EXTRACTED MATERIAL:
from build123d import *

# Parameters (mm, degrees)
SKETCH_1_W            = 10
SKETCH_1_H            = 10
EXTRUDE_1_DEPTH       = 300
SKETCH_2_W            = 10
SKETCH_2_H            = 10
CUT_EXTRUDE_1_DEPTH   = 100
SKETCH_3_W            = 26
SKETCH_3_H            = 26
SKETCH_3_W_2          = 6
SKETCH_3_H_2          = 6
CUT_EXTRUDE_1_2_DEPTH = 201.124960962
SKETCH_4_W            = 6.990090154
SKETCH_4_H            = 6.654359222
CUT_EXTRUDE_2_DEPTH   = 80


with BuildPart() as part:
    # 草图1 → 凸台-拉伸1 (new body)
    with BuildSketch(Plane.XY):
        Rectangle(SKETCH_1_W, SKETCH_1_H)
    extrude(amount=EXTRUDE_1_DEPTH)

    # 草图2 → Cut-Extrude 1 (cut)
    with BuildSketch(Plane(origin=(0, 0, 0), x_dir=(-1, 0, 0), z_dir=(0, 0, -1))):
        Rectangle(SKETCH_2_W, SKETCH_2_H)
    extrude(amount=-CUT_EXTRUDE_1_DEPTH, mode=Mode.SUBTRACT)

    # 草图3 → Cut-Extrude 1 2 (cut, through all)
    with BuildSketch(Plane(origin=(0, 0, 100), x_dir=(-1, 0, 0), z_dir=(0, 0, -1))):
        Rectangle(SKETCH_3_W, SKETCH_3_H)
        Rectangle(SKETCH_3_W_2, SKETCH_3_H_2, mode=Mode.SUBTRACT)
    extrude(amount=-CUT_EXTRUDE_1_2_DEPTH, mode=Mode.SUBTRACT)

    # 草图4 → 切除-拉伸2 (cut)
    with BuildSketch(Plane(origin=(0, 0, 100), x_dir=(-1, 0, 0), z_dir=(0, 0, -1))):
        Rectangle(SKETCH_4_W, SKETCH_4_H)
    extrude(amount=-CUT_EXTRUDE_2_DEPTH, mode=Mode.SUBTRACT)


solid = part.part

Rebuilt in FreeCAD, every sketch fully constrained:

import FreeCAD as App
import Part
import Sketcher

V = App.Vector

doc = App.newDocument("Part")
body = doc.addObject("PartDesign::Body", "Body")

# Sketch on XY plane
sketch1 = body.newObject("Sketcher::SketchObject", "Sketch")
sketch1.AttachmentSupport = (doc.getObject("XY_Plane"), [""])
sketch1.MapMode = "FlatFace"
sketch1.addGeometry([
    Part.LineSegment(V(-5, 5, 0), V(-5, -5, 0)),
    Part.LineSegment(V(-5, -5, 0), V(5, -5, 0)),
    Part.LineSegment(V(5, -5, 0), V(5, 5, 0)),
    Part.LineSegment(V(5, 5, 0), V(-5, 5, 0)),
], False)
sketch1.addConstraint([
    Sketcher.Constraint("Coincident", 0, 2, 1, 1),
    Sketcher.Constraint("Coincident", 1, 2, 2, 1),
    Sketcher.Constraint("Coincident", 2, 2, 3, 1),
    Sketcher.Constraint("Coincident", 3, 2, 0, 1),
    Sketcher.Constraint("Vertical", 0),
    Sketcher.Constraint("Horizontal", 1),
    Sketcher.Constraint("Vertical", 2),
    Sketcher.Constraint("Horizontal", 3),
    Sketcher.Constraint("Symmetric", 0, 2, 2, 2, -1, 1),
    Sketcher.Constraint("Equal", 3, 0),
    Sketcher.Constraint("DistanceX", 1, 1, 1, 2, 10.0),
])
pad1 = body.newObject("PartDesign::Pad", "Pad")
pad1.Profile = sketch1
pad1.Length = 300

# Sketch on XY plane
sketch2 = body.newObject("Sketcher::SketchObject", "Sketch001")
sketch2.AttachmentSupport = (doc.getObject("XY_Plane"), [""])
sketch2.MapMode = "FlatFace"
sketch2.addGeometry([
    Part.LineSegment(V(5, 5, 0), V(5, -5, 0)),
    Part.LineSegment(V(5, -5, 0), V(-5, -5, 0)),
    Part.LineSegment(V(-5, -5, 0), V(-5, 5, 0)),
    Part.LineSegment(V(-5, 5, 0), V(5, 5, 0)),
], False)
sketch2.addConstraint([
    Sketcher.Constraint("Coincident", 0, 2, 1, 1),
    Sketcher.Constraint("Coincident", 1, 2, 2, 1),
    Sketcher.Constraint("Coincident", 2, 2, 3, 1),
    Sketcher.Constraint("Coincident", 3, 2, 0, 1),
    Sketcher.Constraint("Vertical", 0),
    Sketcher.Constraint("Horizontal", 1),
    Sketcher.Constraint("Vertical", 2),
    Sketcher.Constraint("Horizontal", 3),
    Sketcher.Constraint("Symmetric", 0, 2, 2, 2, -1, 1),
    Sketcher.Constraint("Equal", 3, 0),
    Sketcher.Constraint("DistanceX", 1, 2, 1, 1, 10.0),
])
pocket1 = body.newObject("PartDesign::Pocket", "Pocket")
pocket1.Profile = sketch2
pocket1.Length = 100
pocket1.Reversed = True

# Sketch on XY plane
sketch3 = body.newObject("Sketcher::SketchObject", "Sketch002")
sketch3.AttachmentSupport = (doc.getObject("XY_Plane"), [""])
sketch3.MapMode = "FlatFace"
sketch3.AttachmentOffset = App.Placement(V(0, 0, 100), App.Rotation())
sketch3.addGeometry([
    Part.LineSegment(V(13, 13, 0), V(13, -13, 0)),  # 0
    Part.LineSegment(V(13, -13, 0), V(-13, -13, 0)),  # 1
    Part.LineSegment(V(-13, -13, 0), V(-13, 13, 0)),  # 2
    Part.LineSegment(V(-13, 13, 0), V(13, 13, 0)),  # 3
    Part.LineSegment(V(-3, -3, 0), V(3, -3, 0)),  # 4
    Part.LineSegment(V(3, -3, 0), V(3, 3, 0)),  # 5
    Part.LineSegment(V(3, 3, 0), V(-3, 3, 0)),  # 6
    Part.LineSegment(V(-3, 3, 0), V(-3, -3, 0)),  # 7
], False)
sketch3.addConstraint([
    Sketcher.Constraint("Coincident", 0, 2, 1, 1),
    Sketcher.Constraint("Coincident", 1, 2, 2, 1),
    Sketcher.Constraint("Coincident", 2, 2, 3, 1),
    Sketcher.Constraint("Coincident", 3, 2, 0, 1),
    Sketcher.Constraint("Coincident", 4, 2, 5, 1),
    Sketcher.Constraint("Coincident", 5, 2, 6, 1),
    Sketcher.Constraint("Coincident", 6, 2, 7, 1),
    Sketcher.Constraint("Coincident", 7, 2, 4, 1),
    Sketcher.Constraint("Vertical", 0),
    Sketcher.Constraint("Horizontal", 1),
    Sketcher.Constraint("Vertical", 2),
    Sketcher.Constraint("Horizontal", 3),
    Sketcher.Constraint("Horizontal", 4),
    Sketcher.Constraint("Vertical", 5),
    Sketcher.Constraint("Horizontal", 6),
    Sketcher.Constraint("Vertical", 7),
    Sketcher.Constraint("Symmetric", 0, 2, 2, 2, -1, 1),
    Sketcher.Constraint("Symmetric", 4, 2, 6, 2, -1, 1),
    Sketcher.Constraint("Equal", 3, 0),
    Sketcher.Constraint("Equal", 6, 5),
    Sketcher.Constraint("DistanceX", 1, 2, 1, 1, 26.0),
    Sketcher.Constraint("DistanceX", 4, 1, 4, 2, 6.0),
])
pocket2 = body.newObject("PartDesign::Pocket", "Pocket001")
pocket2.Profile = sketch3
pocket2.Type = "ThroughAll"
pocket2.Reversed = True

# Sketch on XY plane
sketch4 = body.newObject("Sketcher::SketchObject", "Sketch003")
sketch4.AttachmentSupport = (doc.getObject("XY_Plane"), [""])
sketch4.MapMode = "FlatFace"
sketch4.AttachmentOffset = App.Placement(V(0, 0, 100), App.Rotation())
sketch4.addGeometry([
    Part.LineSegment(V(3, 3, 0), V(3, -3, 0)),
    Part.LineSegment(V(3, -3, 0), V(-3, -3, 0)),
    Part.LineSegment(V(-3, -3, 0), V(-3, 3, 0)),
    Part.LineSegment(V(-3, 3, 0), V(3, 3, 0)),
], False)
sketch4.addConstraint([
    Sketcher.Constraint("Coincident", 0, 2, 1, 1),
    Sketcher.Constraint("Coincident", 1, 2, 2, 1),
    Sketcher.Constraint("Coincident", 2, 2, 3, 1),
    Sketcher.Constraint("Coincident", 3, 2, 0, 1),
    Sketcher.Constraint("Vertical", 0),
    Sketcher.Constraint("Horizontal", 1),
    Sketcher.Constraint("Vertical", 2),
    Sketcher.Constraint("Horizontal", 3),
    Sketcher.Constraint("Symmetric", 0, 2, 2, 2, -1, 1),
    Sketcher.Constraint("DistanceX", 1, 2, 1, 1, 6.99009),
    Sketcher.Constraint("DistanceY", 0, 2, 0, 1, 6.654359),
])
pocket3 = body.newObject("PartDesign::Pocket", "Pocket002")
pocket3.Profile = sketch4
pocket3.Length = 80
pocket3.Reversed = True

doc.recompute()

ASSIGNMENT:
Scan the entries above for the line containing "Rectangle(SKETCH_2_W, SKETCH_2_H)", and copy it and all lines after it exactly, down to and including the line containing "Rectangle(SKETCH_3_W, SKETCH_3_H)".

EXERCISE SOLUTION:
        Rectangle(SKETCH_2_W, SKETCH_2_H)
    extrude(amount=-CUT_EXTRUDE_1_DEPTH, mode=Mode.SUBTRACT)

    # 草图3 → Cut-Extrude 1 2 (cut, through all)
    with BuildSketch(Plane(origin=(0, 0, 100), x_dir=(-1, 0, 0), z_dir=(0, 0, -1))):
        Rectangle(SKETCH_3_W, SKETCH_3_H)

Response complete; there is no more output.